The regulatory landscape for complementary medicines in Australia was overseen by the Therapeutic Goods Administration (TGA), a division of the Australian Government Department of Health. The TGA ensures the safety, quality, and efficacy of therapeutic goods, including complementary medicines.

The “Code of Practice for Complementary Medicines” in Australia outlines the guidelines and standards to which manufacturers and sponsors of these products should adhere. Please note that regulations and procedures may change, so checking for the most recent information on the TGA website or other official sources is essential. Here are some key aspects typically covered in the Code of Practice:

Quality Standards

Complementary medicines must meet specified quality standards. This includes using Good Manufacturing Practice (GMP) principles, which ensure that the manufacturing processes are consistent and produce high-quality products.

Evidence of Efficacy

Sponsors must provide evidence supporting therapeutic claims about their products. This evidence may include clinical trial data or references to scientific literature.
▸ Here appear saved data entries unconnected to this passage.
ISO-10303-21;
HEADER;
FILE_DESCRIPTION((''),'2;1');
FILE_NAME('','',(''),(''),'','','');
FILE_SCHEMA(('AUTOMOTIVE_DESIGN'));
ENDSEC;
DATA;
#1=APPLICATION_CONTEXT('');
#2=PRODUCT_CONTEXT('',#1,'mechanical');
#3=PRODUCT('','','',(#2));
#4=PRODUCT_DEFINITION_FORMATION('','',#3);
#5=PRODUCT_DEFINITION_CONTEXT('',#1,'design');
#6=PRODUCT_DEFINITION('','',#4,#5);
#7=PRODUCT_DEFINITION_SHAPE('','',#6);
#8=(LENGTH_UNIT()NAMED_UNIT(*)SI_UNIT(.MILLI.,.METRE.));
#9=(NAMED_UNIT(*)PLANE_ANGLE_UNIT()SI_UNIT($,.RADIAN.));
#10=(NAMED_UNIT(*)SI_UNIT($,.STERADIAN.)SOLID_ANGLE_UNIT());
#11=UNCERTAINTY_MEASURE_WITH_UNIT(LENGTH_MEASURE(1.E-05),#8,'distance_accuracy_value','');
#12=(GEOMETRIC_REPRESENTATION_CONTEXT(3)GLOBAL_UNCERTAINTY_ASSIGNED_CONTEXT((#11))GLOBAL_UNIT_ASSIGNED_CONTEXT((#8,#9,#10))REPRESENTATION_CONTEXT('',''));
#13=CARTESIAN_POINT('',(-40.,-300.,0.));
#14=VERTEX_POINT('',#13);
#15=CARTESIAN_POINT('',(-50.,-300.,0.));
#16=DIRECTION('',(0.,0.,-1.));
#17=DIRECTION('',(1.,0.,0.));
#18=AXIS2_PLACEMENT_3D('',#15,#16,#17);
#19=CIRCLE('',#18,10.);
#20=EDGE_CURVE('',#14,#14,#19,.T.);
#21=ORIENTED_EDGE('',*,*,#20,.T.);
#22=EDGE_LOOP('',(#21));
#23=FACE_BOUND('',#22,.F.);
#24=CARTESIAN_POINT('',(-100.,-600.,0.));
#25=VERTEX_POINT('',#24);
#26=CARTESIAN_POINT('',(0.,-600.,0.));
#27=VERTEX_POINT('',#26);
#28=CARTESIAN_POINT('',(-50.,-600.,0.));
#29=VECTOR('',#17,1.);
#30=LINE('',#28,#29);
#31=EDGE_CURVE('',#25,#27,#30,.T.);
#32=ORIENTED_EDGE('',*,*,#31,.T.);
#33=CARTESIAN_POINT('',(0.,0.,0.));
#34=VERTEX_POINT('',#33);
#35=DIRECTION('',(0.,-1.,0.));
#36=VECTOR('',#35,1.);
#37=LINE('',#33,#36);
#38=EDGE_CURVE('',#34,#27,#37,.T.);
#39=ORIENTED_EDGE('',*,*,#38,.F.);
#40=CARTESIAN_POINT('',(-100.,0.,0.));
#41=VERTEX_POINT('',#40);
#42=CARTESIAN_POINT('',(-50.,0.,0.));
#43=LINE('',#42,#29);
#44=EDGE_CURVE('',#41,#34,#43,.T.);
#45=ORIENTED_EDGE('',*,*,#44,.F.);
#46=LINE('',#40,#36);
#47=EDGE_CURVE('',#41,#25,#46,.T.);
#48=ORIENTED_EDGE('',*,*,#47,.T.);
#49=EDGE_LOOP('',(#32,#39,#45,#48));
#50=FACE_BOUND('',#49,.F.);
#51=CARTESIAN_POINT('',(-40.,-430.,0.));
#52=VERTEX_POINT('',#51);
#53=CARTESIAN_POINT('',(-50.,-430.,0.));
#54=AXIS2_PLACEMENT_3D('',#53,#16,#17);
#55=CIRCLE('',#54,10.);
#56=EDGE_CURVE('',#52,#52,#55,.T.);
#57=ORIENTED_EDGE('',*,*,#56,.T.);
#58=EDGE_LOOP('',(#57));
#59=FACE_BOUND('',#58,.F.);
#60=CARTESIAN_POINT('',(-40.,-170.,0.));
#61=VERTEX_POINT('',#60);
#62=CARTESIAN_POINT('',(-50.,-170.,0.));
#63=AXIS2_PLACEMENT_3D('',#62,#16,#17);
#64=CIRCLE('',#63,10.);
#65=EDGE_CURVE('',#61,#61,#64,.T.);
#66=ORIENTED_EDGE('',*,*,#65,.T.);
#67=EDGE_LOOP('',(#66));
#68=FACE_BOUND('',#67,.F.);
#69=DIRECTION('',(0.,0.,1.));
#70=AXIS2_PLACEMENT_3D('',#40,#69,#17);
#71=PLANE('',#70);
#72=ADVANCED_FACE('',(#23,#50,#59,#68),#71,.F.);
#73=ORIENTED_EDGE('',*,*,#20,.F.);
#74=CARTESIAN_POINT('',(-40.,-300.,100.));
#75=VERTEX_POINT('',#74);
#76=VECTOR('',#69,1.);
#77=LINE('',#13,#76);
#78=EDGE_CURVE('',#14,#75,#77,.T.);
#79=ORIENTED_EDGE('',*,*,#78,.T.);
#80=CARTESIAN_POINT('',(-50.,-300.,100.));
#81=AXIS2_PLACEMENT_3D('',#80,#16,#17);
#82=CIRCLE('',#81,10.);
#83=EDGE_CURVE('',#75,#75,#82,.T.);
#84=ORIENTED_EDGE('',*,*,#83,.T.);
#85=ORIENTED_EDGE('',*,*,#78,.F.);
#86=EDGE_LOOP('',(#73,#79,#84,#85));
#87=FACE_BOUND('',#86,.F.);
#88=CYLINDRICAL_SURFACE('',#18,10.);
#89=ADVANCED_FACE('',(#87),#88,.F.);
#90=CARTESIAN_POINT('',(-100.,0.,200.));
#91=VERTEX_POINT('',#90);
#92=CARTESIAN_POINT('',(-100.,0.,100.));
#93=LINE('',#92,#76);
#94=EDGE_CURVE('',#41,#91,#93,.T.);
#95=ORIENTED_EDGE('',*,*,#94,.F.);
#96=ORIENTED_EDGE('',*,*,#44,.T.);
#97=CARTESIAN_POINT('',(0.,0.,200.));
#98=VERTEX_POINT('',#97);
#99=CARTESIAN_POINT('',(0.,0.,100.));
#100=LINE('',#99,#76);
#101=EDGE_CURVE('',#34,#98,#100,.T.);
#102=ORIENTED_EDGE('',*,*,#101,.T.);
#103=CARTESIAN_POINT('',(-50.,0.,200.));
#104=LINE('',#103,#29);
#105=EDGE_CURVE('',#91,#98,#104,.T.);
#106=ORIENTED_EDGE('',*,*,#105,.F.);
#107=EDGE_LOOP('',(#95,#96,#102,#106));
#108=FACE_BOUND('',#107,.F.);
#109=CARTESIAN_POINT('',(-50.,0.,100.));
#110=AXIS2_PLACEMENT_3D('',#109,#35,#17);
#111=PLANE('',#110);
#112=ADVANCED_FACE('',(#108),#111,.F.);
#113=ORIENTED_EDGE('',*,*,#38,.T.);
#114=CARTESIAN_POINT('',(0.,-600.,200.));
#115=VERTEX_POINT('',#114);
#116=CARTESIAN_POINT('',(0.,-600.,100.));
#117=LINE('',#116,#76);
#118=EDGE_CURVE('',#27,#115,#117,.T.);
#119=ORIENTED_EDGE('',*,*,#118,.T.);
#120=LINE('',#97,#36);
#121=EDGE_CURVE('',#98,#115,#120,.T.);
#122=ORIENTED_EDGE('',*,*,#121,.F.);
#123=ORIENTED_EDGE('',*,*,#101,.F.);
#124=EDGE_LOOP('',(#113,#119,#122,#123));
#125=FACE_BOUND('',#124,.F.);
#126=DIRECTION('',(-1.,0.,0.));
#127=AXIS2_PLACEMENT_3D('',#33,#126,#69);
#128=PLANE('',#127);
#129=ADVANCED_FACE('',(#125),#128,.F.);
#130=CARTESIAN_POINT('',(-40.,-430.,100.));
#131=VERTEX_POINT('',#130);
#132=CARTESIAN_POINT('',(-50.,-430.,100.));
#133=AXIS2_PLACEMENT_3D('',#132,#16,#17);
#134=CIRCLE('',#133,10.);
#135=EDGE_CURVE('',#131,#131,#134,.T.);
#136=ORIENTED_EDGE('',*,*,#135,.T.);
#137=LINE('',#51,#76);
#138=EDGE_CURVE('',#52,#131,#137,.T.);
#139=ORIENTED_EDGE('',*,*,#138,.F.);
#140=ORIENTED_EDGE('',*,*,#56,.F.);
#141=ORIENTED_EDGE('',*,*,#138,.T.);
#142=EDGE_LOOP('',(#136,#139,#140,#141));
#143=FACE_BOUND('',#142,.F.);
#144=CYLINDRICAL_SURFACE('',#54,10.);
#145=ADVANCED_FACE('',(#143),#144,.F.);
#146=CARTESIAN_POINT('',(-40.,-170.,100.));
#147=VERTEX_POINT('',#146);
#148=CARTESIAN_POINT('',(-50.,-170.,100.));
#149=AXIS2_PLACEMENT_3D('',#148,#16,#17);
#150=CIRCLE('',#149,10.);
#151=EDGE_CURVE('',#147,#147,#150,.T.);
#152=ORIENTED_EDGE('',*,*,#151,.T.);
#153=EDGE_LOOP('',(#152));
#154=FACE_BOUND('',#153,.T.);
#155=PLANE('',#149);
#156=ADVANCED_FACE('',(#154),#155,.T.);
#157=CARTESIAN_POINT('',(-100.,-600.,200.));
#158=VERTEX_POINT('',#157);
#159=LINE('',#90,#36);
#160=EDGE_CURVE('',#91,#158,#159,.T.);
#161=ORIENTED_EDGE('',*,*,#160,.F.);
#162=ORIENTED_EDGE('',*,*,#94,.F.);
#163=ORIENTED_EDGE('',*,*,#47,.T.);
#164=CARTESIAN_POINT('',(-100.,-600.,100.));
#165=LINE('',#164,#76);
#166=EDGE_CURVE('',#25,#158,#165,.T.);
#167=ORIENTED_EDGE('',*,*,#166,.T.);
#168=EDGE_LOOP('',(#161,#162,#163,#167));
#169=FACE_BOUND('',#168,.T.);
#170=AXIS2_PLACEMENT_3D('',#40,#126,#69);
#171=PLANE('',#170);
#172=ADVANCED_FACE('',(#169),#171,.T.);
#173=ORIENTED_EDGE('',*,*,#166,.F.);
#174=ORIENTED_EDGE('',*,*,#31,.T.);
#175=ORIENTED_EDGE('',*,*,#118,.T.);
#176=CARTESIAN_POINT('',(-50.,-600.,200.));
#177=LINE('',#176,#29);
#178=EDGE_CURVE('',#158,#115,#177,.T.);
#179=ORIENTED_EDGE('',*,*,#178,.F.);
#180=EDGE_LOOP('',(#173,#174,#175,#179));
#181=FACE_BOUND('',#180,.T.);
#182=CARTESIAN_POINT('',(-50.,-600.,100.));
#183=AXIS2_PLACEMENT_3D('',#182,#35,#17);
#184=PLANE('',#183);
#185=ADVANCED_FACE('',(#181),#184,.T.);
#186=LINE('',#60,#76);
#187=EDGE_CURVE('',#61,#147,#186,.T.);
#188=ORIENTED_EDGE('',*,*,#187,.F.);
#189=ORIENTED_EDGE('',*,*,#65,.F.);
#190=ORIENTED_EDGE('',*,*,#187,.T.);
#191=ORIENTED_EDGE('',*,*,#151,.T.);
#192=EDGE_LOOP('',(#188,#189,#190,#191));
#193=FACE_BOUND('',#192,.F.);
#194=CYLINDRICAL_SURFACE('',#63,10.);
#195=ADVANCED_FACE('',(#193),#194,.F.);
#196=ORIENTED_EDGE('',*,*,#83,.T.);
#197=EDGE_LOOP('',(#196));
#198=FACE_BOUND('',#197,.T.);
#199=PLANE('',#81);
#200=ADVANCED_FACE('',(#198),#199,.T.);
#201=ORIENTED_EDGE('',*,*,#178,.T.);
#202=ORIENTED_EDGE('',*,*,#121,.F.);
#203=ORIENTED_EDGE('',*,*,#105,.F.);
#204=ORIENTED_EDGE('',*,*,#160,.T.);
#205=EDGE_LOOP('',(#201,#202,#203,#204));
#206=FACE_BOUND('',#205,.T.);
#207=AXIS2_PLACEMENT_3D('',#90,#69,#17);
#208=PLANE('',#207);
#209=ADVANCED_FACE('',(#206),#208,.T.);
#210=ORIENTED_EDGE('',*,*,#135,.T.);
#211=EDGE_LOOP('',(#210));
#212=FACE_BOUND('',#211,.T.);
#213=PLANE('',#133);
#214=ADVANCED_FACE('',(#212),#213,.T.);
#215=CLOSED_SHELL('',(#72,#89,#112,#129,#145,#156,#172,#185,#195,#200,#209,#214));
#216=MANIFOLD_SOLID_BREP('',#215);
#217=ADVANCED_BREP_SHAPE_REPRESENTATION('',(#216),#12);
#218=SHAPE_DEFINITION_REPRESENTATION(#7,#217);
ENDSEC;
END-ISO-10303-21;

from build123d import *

# Parameters (mm, degrees)
F0_W     = 100
F0_H     = 200
F1_DEPTH = 600
F2_R     = 10
F3_DEPTH = 100


with BuildPart() as f1:
    # F0 (on Front) → F1 (new body)
    with BuildSketch(Plane.XZ):
        with Locations((-50, 100)):
            Rectangle(F0_W, F0_H)
    extrude(amount=F1_DEPTH)

    # F2 (on face) → F3 (cut)
    with BuildSketch(Plane(origin=(0, 0, 0), x_dir=(1, 0, 0), z_dir=(0, 0, -1))):
        with Locations((-50, 430)):
            Circle(F2_R)
        with Locations((-50, 170)):
            Circle(F2_R)
        with Locations((-50, 300)):
            Circle(F2_R)
    extrude(amount=-F3_DEPTH, mode=Mode.SUBTRACT)


solid = f1.part
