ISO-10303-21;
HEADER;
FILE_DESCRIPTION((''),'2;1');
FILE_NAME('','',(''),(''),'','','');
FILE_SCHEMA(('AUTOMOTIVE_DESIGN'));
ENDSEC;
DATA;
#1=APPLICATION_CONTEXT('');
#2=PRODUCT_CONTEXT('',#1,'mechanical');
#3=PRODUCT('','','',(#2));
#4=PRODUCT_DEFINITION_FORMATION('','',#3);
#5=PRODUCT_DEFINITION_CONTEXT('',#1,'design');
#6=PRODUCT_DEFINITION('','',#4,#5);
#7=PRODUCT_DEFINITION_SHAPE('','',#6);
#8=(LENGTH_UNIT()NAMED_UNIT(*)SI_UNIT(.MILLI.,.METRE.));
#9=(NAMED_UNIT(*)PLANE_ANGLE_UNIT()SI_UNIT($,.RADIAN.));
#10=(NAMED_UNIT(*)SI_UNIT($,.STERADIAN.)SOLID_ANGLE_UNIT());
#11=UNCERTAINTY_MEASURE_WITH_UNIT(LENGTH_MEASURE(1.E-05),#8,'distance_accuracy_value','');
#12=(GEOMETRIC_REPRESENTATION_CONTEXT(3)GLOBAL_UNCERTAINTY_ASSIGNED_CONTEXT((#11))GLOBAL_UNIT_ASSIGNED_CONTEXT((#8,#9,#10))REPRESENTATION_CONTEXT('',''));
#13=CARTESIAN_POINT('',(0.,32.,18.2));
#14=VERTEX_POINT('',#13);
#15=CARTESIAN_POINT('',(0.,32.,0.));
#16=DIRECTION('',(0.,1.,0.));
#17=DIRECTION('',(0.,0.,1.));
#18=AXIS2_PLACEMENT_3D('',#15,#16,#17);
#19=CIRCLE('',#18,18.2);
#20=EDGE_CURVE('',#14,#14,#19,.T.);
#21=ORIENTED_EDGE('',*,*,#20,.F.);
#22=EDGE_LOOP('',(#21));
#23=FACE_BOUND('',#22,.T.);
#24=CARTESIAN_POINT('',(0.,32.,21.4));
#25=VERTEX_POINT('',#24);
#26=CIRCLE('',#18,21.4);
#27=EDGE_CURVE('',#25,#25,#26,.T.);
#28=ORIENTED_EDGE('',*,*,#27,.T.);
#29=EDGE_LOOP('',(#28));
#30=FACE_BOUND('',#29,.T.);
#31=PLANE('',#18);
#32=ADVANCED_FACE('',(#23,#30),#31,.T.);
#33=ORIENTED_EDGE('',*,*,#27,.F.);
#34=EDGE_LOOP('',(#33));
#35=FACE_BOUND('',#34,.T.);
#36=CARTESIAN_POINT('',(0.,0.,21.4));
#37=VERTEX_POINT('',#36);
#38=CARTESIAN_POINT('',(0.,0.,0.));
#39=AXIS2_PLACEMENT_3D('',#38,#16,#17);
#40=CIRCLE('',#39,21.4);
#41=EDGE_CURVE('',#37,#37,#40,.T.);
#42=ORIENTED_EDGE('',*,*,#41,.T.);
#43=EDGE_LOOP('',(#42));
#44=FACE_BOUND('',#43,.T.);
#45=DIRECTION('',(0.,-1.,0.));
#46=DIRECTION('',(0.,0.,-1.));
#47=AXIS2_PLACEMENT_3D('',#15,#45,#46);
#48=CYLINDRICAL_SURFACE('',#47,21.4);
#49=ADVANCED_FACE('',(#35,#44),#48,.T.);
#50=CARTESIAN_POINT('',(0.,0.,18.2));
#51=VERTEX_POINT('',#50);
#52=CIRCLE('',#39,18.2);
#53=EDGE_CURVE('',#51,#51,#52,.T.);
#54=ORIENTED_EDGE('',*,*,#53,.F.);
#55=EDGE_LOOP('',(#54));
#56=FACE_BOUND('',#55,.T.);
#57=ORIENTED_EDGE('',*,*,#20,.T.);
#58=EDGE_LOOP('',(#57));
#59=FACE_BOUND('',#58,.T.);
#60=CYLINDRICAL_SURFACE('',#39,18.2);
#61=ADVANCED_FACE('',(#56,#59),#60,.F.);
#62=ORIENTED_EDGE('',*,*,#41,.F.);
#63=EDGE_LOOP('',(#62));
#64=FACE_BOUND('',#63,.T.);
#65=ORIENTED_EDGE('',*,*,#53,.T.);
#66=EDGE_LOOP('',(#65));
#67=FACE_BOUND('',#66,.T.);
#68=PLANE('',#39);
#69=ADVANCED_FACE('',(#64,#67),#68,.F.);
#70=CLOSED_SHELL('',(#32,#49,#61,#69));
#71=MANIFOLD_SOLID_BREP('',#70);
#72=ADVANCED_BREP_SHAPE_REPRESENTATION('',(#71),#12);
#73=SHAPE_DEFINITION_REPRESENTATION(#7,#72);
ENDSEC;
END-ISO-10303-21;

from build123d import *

# Parameters (mm, degrees)
SKETCH_1_R          = 21.4
EXTRUDE_1_DEPTH     = 32
SKETCH_2_R          = 18.2
CUT_EXTRUDE_1_DEPTH = 45.044522929


with BuildPart() as part:
    # 草图1 → 凸台-拉伸1 (new body)
    with BuildSketch(Plane(origin=(0, 0, 0), x_dir=(1, 0, 0), z_dir=(0, 1, 0))):
        with Locations(Location((0, 0, 0), (0, 0, 270))):
            Circle(SKETCH_1_R)
    extrude(amount=EXTRUDE_1_DEPTH)

    # 草图2 → 切除-拉伸1 (cut, through all)
    with BuildSketch(Plane(origin=(0, 32, 0), x_dir=(1, 0, 0), z_dir=(0, 1, 0))):
        with Locations(Location((0, 0, 0), (0, 0, 270))):
            Circle(SKETCH_2_R)
    extrude(amount=-CUT_EXTRUDE_1_DEPTH, mode=Mode.SUBTRACT)


solid = part.part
Ingredients and Formulation

The Code of Practice typically addresses the acceptable ingredients in complementary medicines and the proper formulation of these products. This helps ensure that the ingredients are safe and used at appropriate concentrations.

Labelling and Packaging

Regulations often cover requirements for labelling and packaging, including accurate representation of ingredients, dosage instructions, and any therapeutic claims. Precise and accurate labelling is crucial for consumers to make informed choices.

Advertising and Promotion

The code may include guidelines on advertising and promoting complementary medicines. This helps prevent misleading or false claims and ensures that marketing materials are accurate and evidence-based.

Post-Market Monitoring

The TGA may conduct post-market monitoring to assess the ongoing safety and efficacy of complementary medicines. This includes monitoring adverse events and taking appropriate regulatory action if safety concerns arise.

Please consult the latest documents and guidelines from the TGA and our website for the most up-to-date information, and stakeholders must stay informed about any amendments or updates to the Code of Practice to ensure compliance with current regulations.